Regarding the internet failover, could you have a static /0 route on the VoIP provider link and two static /1 routes (0/1 & 128/1) assocated with the track object? I know OpenVPN uses that method to supercede the default route without needing to delete it.

tcooper
August 30, 2011 at 7:09 p.m. UTC

No IPv6. sadface Great article. PDF saved, with many other gems from your fantastic blog. :)

alynx
September 16, 2011 at 4:08 p.m. UTC

Hello,

Nice article

I am looking forward to setup such a architecture. I am administering both ends of the WAN link and recently set up a business class Internet connection. I was just thinking of including the Tunnel interface to my core OSPF backbone with a higher OSPF cost than the WAN link instead of creating a second BGP session. There is already a single MP-BGP session with a remote MPLS router which is not directly terminating the WAN link. Is there any problem in this approach?

Matthew Loraditch
September 26, 2011 at 2:05 p.m. UTC

Interesting article, is there a reason you would do this vs using something like DMVPN? DMVPN adds spoke to spoke connectivity and a IMO simpler configuration.

jabmrabti
October 10, 2011 at 9:37 a.m. UTC

I'm new to your web site. Let me tell you this, I'm very impressed and good job Jeremy.

Regards,

tcblsa
November 18, 2011 at 8:15 p.m. UTC

good job!

p.s. could you please share with us, how you draw topology or what kind of a soft u use?

thx

sam
January 16, 2012 at 5:46 a.m. UTC

Hi Jeremy very good and impressive article, I like however I have an issue with this config shown below, when my primary internet is down my secondary is not taking over neither i have to reboot the primary SP ASA to bring back to normal, could you pls let me know where is the problem????
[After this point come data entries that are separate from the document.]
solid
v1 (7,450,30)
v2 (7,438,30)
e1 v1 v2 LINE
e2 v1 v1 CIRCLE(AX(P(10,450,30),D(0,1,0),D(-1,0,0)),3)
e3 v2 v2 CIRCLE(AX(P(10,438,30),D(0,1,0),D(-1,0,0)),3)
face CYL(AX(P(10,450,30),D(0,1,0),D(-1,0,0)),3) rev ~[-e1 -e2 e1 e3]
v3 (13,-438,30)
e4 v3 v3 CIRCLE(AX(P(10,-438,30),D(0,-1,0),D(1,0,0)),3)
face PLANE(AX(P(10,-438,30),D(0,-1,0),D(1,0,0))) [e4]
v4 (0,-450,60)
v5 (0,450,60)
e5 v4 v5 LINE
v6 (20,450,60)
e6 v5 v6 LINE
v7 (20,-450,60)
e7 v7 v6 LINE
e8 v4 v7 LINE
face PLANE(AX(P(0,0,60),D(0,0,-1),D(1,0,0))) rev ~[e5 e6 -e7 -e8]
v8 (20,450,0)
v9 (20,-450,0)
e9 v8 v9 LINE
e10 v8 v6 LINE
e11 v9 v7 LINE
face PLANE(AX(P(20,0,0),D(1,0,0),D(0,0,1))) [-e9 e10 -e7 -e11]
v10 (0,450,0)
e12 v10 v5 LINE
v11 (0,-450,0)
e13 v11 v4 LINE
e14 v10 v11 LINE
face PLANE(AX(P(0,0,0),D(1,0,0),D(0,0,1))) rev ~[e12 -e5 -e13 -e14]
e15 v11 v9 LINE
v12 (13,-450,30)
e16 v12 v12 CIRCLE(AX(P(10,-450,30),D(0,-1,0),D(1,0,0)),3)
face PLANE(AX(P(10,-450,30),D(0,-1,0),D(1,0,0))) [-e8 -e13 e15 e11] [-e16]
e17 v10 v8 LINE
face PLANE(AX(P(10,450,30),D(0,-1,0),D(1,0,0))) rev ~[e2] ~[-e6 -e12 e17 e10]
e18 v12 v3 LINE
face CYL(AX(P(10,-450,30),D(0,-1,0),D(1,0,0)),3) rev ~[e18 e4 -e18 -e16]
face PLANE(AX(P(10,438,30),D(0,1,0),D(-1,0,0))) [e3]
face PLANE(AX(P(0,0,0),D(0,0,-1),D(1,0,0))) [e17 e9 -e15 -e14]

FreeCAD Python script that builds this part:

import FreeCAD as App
import Part
import Sketcher
from FreeCAD import Vector
Q = App.Units.Quantity


def add_polygon(sketch, points):
    """Adds a closed chain of lines whose ends are joined by coincident constraints."""
    first, n = sketch.GeometryCount, len(points)
    for a, b in zip(points, points[1:] + points[:1]):
        sketch.addGeometry(Part.LineSegment(App.Vector(*a, 0), App.Vector(*b, 0)), False)
    for i in range(n):
        sketch.addConstraint(Sketcher.Constraint("Coincident", first + i, 2, first + (i + 1) % n, 1))

doc = App.newDocument("Part")
params = doc.addObject("Spreadsheet::Sheet", "Params")
for row, (alias, value) in enumerate([
    ("sketch1_width", "20 mm"),
    ("sketch1_height", "60 mm"),
    ("pad1_length", "900 mm"),
    ("sketch2_diameter", "6 mm"),
    ("pocket1_length", "12 mm"),
    ("sketch3_diameter", "6 mm"),
    ("pocket2_length", "12 mm"),
], start=1):
    params.set(f"A{row}", alias)
    params.set(f"B{row}", "=" + value)
    params.setAlias(f"B{row}", alias)

body = doc.addObject("PartDesign::Body", "Body")

sketch1 = body.newObject("Sketcher::SketchObject", "Sketch")
sketch1.AttachmentSupport = (doc.getObject("XZ_Plane"), [""])
sketch1.MapMode = "FlatFace"
add_polygon(sketch1, [(0, 60), (0, 0), (20, 0), (20, 60)])
sketch1.addConstraint(Sketcher.Constraint("Vertical", 0))
sketch1.addConstraint(Sketcher.Constraint("Horizontal", 1))
sketch1.addConstraint(Sketcher.Constraint("Vertical", 2))
sketch1.addConstraint(Sketcher.Constraint("Horizontal", 3))
sketch1.addConstraint(Sketcher.Constraint("Coincident", 0, 2, -1, 1))
sketch1.addConstraint(Sketcher.Constraint("DistanceX", 1, 1, 1, 2, Q("20 mm")))
sketch1.addConstraint(Sketcher.Constraint("DistanceY", 0, 2, 0, 1, Q("60 mm")))
sketch1.setExpression("Constraints[9]", "Params.sketch1_width")
sketch1.setExpression("Constraints[10]", "Params.sketch1_height")
pad1 = body.newObject("PartDesign::Pad", "Pad")
pad1.Profile = sketch1
pad1.setExpression("Length", "Params.pad1_length")
pad1.Midplane = True

sketch2 = body.newObject("Sketcher::SketchObject", "Sketch001")
sketch2.AttachmentSupport = (doc.getObject("XZ_Plane"), [""])
sketch2.MapMode = "FlatFace"
sketch2.AttachmentOffset = App.Placement(Vector(0, 0, -450), App.Rotation())
sketch2.addGeometry(Part.Circle(Vector(10, 30, 0), Vector(0, 0, 1), 3), False)
sketch2.addConstraint(Sketcher.Constraint("Diameter", 0, Q("6 mm")))
sketch2.addConstraint(Sketcher.Constraint("DistanceX", -1, 1, 0, 3, Q("10 mm")))
sketch2.addConstraint(Sketcher.Constraint("DistanceY", -1, 1, 0, 3, Q("30 mm")))
sketch2.setExpression("Constraints[0]", "Params.sketch2_diameter")
pocket1 = body.newObject("PartDesign::Pocket", "Pocket")
pocket1.Profile = sketch2
pocket1.setExpression("Length", "Params.pocket1_length")
pocket1.Reversed = True

sketch3 = body.newObject("Sketcher::SketchObject", "Sketch002")
sketch3.AttachmentSupport = (doc.getObject("XZ_Plane"), [""])
sketch3.MapMode = "FlatFace"
sketch3.AttachmentOffset = App.Placement(Vector(0, 0, 450), App.Rotation())
sketch3.addGeometry(Part.Circle(Vector(10, 30, 0), Vector(0, 0, 1), 3), False)
sketch3.addConstraint(Sketcher.Constraint("Diameter", 0, Q("6 mm")))
sketch3.addConstraint(Sketcher.Constraint("DistanceX", -1, 1, 0, 3, Q("10 mm")))
sketch3.addConstraint(Sketcher.Constraint("DistanceY", -1, 1, 0, 3, Q("30 mm")))
sketch3.setExpression("Constraints[0]", "Params.sketch3_diameter")
pocket2 = body.newObject("PartDesign::Pocket", "Pocket001")
pocket2.Profile = sketch3
pocket2.setExpression("Length", "Params.pocket2_length")

doc.recompute()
here is little bit more we have two different ISP with two ASA running with dynamic routing eigrp

Pri-ASA --
| CPE-3560
Sec-ASA --

CPE-3560
!
track 123 ip sla 1 reachability
ip routing
!
interface Vlan10
 ip address a.b.c.d 255.255.255.0
 no ip redirects
 ip policy route-map reroute_to_T1
 delay 20
!
router eigrp 100
 network 1.0.0.0
!
!
ip sla 1
 icmp-echo 2.2.2.2 (Secondary ASA int)
 timeout 1000
 threshold 2
 frequency 3
ip sla schedule 1 life forever start-time now
ip sla enable reaction-alerts
access-list 100 deny   ip host x y 0.0.0.255
access-list 100 permit ip host x any
access-list 100 permit ip host x any
access-list 100 deny   ip host x y 0.0.0.255
access-list 100 permit ip host x any
route-map reroute_to_T1 permit 10
 match ip address 100
 set ip next-hop 2.2.2.2 (Secondary ASA int)
!
!
!
these two routes are configured in Pri-ASA
!
route outside 0.0.0.0 0.0.0.0 a.b.c.d 1 track 1
route inside e.f.g.h 255.255.255.0 (vlan1 ip add configured on 3560) 1
!
these two routes are configured in Sec-ASA
!
route outside 0.0.0.0 0.0.0.0 i.g.k.l 1 track 1
route inside m.n.o.p 255.255.255.0 (vlan10 ip add configured on 3560) 1

Ian
November 5, 2012 at 12:03 p.m. UTC

Hi,

You may also check this video on what VoIP tunnel is. It is based on Ozeki Phone System XE and it fairly explains VoIP tunnel and VoIP:
http://www.ozekiphone.com/what-is-voip-tunnel-325.html

John
February 26, 2016 at 12:04 p.m. UTC

this is good article,can you help me to understand how we can perform fail over from MPLS to VPN tunnel if there are packet drop observed on MPLS ?

Andres Franco
June 27, 2016 at 10:16 p.m. UTC

Nice article!

The only thing I think that could be missing (keeping your style regarding scenario analysis as we are accustomed to see) is the consideration of flapping routes related to the IP SLA configuration.

You could add "delay up 30 down 30" to avoid the flapping route issue and consider a track list with multiple objects for redundancy.

Regards

Edwin
July 18, 2016 at 3:13 p.m. UTC

Do you have the full configs for this scenario. If so, can you post or send it. Thanks..

Comments have closed for this article due to its age.